In vitro study: Murine erythroleukemia (MEL) cells were cultured, fixed and treated with saponin to selectively change cell membrane permeability without changing other cellular microstructure⁵. Four different concentrations of saponin, 0, 0.01%, 0.025%, and 0.05%, were used. Constant gradient experiments⁶ were used to estimate $$$\tau_{in}$$$. The mean cell diameters were measured using light microscopy.

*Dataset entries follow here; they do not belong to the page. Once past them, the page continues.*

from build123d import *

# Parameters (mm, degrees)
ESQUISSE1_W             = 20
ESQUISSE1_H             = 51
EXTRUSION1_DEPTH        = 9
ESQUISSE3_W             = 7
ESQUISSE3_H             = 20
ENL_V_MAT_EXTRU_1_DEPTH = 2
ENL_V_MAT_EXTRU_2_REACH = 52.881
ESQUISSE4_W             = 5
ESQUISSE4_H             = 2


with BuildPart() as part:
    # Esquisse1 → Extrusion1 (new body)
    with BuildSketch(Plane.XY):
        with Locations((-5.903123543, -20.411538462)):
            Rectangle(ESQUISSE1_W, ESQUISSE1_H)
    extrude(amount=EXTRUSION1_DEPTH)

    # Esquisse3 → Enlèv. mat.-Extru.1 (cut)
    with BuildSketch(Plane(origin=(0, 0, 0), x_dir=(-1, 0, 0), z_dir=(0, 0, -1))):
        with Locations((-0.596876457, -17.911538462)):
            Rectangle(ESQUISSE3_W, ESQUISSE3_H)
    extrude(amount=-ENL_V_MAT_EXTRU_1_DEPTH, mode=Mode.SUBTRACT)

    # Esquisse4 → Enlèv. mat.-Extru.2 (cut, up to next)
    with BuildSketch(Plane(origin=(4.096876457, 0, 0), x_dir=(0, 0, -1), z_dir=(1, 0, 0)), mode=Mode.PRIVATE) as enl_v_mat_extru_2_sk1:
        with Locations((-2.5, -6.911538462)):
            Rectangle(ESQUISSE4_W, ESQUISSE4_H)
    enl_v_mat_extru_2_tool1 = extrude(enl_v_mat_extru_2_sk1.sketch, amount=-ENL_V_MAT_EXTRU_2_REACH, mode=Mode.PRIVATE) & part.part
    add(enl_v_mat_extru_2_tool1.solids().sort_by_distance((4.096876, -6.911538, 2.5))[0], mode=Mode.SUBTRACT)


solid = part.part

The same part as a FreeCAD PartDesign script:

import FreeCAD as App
import Part
import Sketcher
from FreeCAD import Vector


def add_polygon(sketch, points):
    """Adds a closed chain of lines whose ends are joined by coincident constraints."""
    first, n = sketch.GeometryCount, len(points)
    for a, b in zip(points, points[1:] + points[:1]):
        sketch.addGeometry(Part.LineSegment(App.Vector(*a, 0), App.Vector(*b, 0)), False)
    for i in range(n):
        sketch.addConstraint(Sketcher.Constraint("Coincident", first + i, 2, first + (i + 1) % n, 1))

doc = App.newDocument("Part")
params = doc.addObject("Spreadsheet::Sheet", "Params")
for row, (alias, value) in enumerate([
    ("sketch1_width", "20 mm"),
    ("sketch1_height", "51 mm"),
    ("pad1_length", "9 mm"),
    ("sketch2_width", "7 mm"),
    ("sketch2_height", "20 mm"),
    ("pocket1_length", "2 mm"),
    ("sketch3_width", "2 mm"),
    ("sketch3_height", "5 mm"),
], start=1):
    params.set(f"A{row}", alias)
    params.set(f"B{row}", "=" + value)
    params.setAlias(f"B{row}", alias)

body = doc.addObject("PartDesign::Body", "Body")

# Sketch on XY plane
sketch1 = body.newObject("Sketcher::SketchObject", "Sketch")
sketch1.AttachmentSupport = (doc.getObject("XY_Plane"), [""])
sketch1.MapMode = "FlatFace"
add_polygon(sketch1, [(-16, 5), (-16, -46), (4, -46), (4, 5)])  # lines 0-3
sketch1.addConstraint([
    Sketcher.Constraint("Vertical", 0),
    Sketcher.Constraint("Horizontal", 1),
    Sketcher.Constraint("Vertical", 2),
    Sketcher.Constraint("Horizontal", 3),
    Sketcher.Constraint("DistanceX", 1, 1, 1, 2, 20.0),
    Sketcher.Constraint("DistanceY", 0, 2, 0, 1, 51.0),
    Sketcher.Constraint("DistanceY", 0, 2, -1, 1, 45.911538),
    Sketcher.Constraint("DistanceX", 0, 2, -1, 1, 15.903124),
])
sketch1.setExpression("Constraints[8]", "Params.sketch1_width")
sketch1.setExpression("Constraints[9]", "Params.sketch1_height")
pad1 = body.newObject("PartDesign::Pad", "Pad")
pad1.Profile = sketch1
pad1.setExpression("Length", "Params.pad1_length")

# Sketch on XY plane
sketch2 = body.newObject("Sketcher::SketchObject", "Sketch001")
sketch2.AttachmentSupport = (doc.getObject("XY_Plane"), [""])
sketch2.MapMode = "FlatFace"
add_polygon(sketch2, [(4, -8), (4, -28), (-3, -28), (-3, -8)])  # lines 0-3
sketch2.addConstraint([
    Sketcher.Constraint("Vertical", 0),
    Sketcher.Constraint("Horizontal", 1),
    Sketcher.Constraint("Vertical", 2),
    Sketcher.Constraint("Horizontal", 3),
    Sketcher.Constraint("DistanceX", 1, 2, 1, 1, 7.0),
    Sketcher.Constraint("DistanceY", 0, 2, 0, 1, 20.0),
    Sketcher.Constraint("DistanceY", 0, 2, -1, 1, 27.911538),
    Sketcher.Constraint("DistanceX", -1, 1, 0, 2, 4.096876),
])
sketch2.setExpression("Constraints[8]", "Params.sketch2_width")
sketch2.setExpression("Constraints[9]", "Params.sketch2_height")
pocket1 = body.newObject("PartDesign::Pocket", "Pocket")
pocket1.Profile = sketch2
pocket1.setExpression("Length", "Params.pocket1_length")
pocket1.Reversed = True

# Sketch on YZ plane
sketch3 = body.newObject("Sketcher::SketchObject", "Sketch002")
sketch3.AttachmentSupport = (doc.getObject("YZ_Plane"), [""])
sketch3.MapMode = "FlatFace"
sketch3.AttachmentOffset = App.Placement(Vector(0, 0, 4.096876), App.Rotation())
add_polygon(sketch3, [(-5.9, 5), (-7.9, 5), (-7.9, 0), (-5.9, 0)])  # lines 0-3
sketch3.addConstraint([
    Sketcher.Constraint("Horizontal", 0),
    Sketcher.Constraint("Vertical", 1),
    Sketcher.Constraint("Horizontal", 2),
    Sketcher.Constraint("Vertical", 3),
    Sketcher.Constraint("PointOnObject", 1, 2, -1),
    Sketcher.Constraint("DistanceX", 0, 2, 0, 1, 2.0),
    Sketcher.Constraint("DistanceY", 1, 2, 1, 1, 5.0),
    Sketcher.Constraint("DistanceX", 0, 2, -1, 1, 7.911538),
])
sketch3.setExpression("Constraints[9]", "Params.sketch3_width")
sketch3.setExpression("Constraints[10]", "Params.sketch3_height")
pocket2 = body.newObject("PartDesign::Pocket", "Pocket001")
pocket2.Profile = sketch3
pocket2.Type = "UpToFirst"

doc.recompute()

Figure 1 shows the simulated fitting errors compared with ground truth values dependent on $$$d$$$ and $$$\tau_{in}$$$. Both TDS and PGSE_II provide accurate $$$d$$$ (error < 5%) for most $$$\tau_{in}$$$ and $$$d$$$, while PGSE_I can provide < 5% errors only when $$$\tau_{in}$$$ > 400 ms and 10 ≤ $$$d$$$ ≤ 15 μm. All three methods significantly underestimated $$$f_{in}$$$, and $$$f_{in}$$$ decreases rapidly with smaller $$$\tau_{in}$$$. Reasonable $$$D_{in}$$$ (errors < 10%) can be fit using TDS for most $$$\tau_{in}$$$ and $$$d$$$, although the fits with errors < 5% occurred only when 7≤ $$$d$$$ ≤ 15 μm. PGSE_I could provide reasonable fits of $$$D_{in}$$$ only with large $$$d$$$ and longer $$$\tau_{in}$$$, while PGSE_II could not fit $$$D_{in}$$$. Figure 2 shows that, except for fast exchange ($$$\tau_{in}$$$ < 100 ms), the choices of $$$D_{in}$$$ had minor effects on the fittings of PGSE_II, indicating the accuracy of fitted $$$d$$$ is not influenced by the empirically pre-defined $$$D_{in}$$$ used in the fittings. Figure 3 summarizes results of cultured MEL cell experiments with four different membrane permeabilities. Consistent with simulations, TDS and PGSE_II provide accurate fittings of $$$d$$$ independent of $$$\tau_{in}$$$, while fitted $$$f_{in}$$$ decreased rapidly with short $$$\tau_{in}$$$. $$$D_{in}$$$ was 0.84 μm²/ms when $$$\tau_{in}$$$ > 100 ms using TDS, while $$$D_{in}$$$ was fit as 0.55 μm²/ms using PGSE_I. All other fitted parameters showed dependence on $$$\tau_{in}$$$. Both computer simulations and in vitro cell studies suggest that: for PGSE_II, empirically pre-defining $$$D_{in}$$$ as a constant in fittings not only decreases the number of free parameters but also, more importantly, significantly increases the accuracy of other fit parameters. Both TDS and PGSE_II methods provided accurate fits of mean cell diameter $$$d$$$ independent of transcytolemmal water exchange, while intracellular volume fraction $$$f_{in}$$$ was significantly underestimated in both methods and decreased with short $$$\tau_{in}$$$. The TDS method is capable of estimating intracellular diffusion coefficient $$$D_{in}$$$ when appropriate ranges of $$$d$$$ (7 – 15 μm) and $$$\tau_{in}$$$ > 100 ms were satisfied, while $$$D_{in}$$$ cannot be reliably estimated using the PGSE methods. These results can assist better interpreting diffusion data of quantitative characterization of e.g. tumors, where transcytolemmal water exchange cannot be ignored.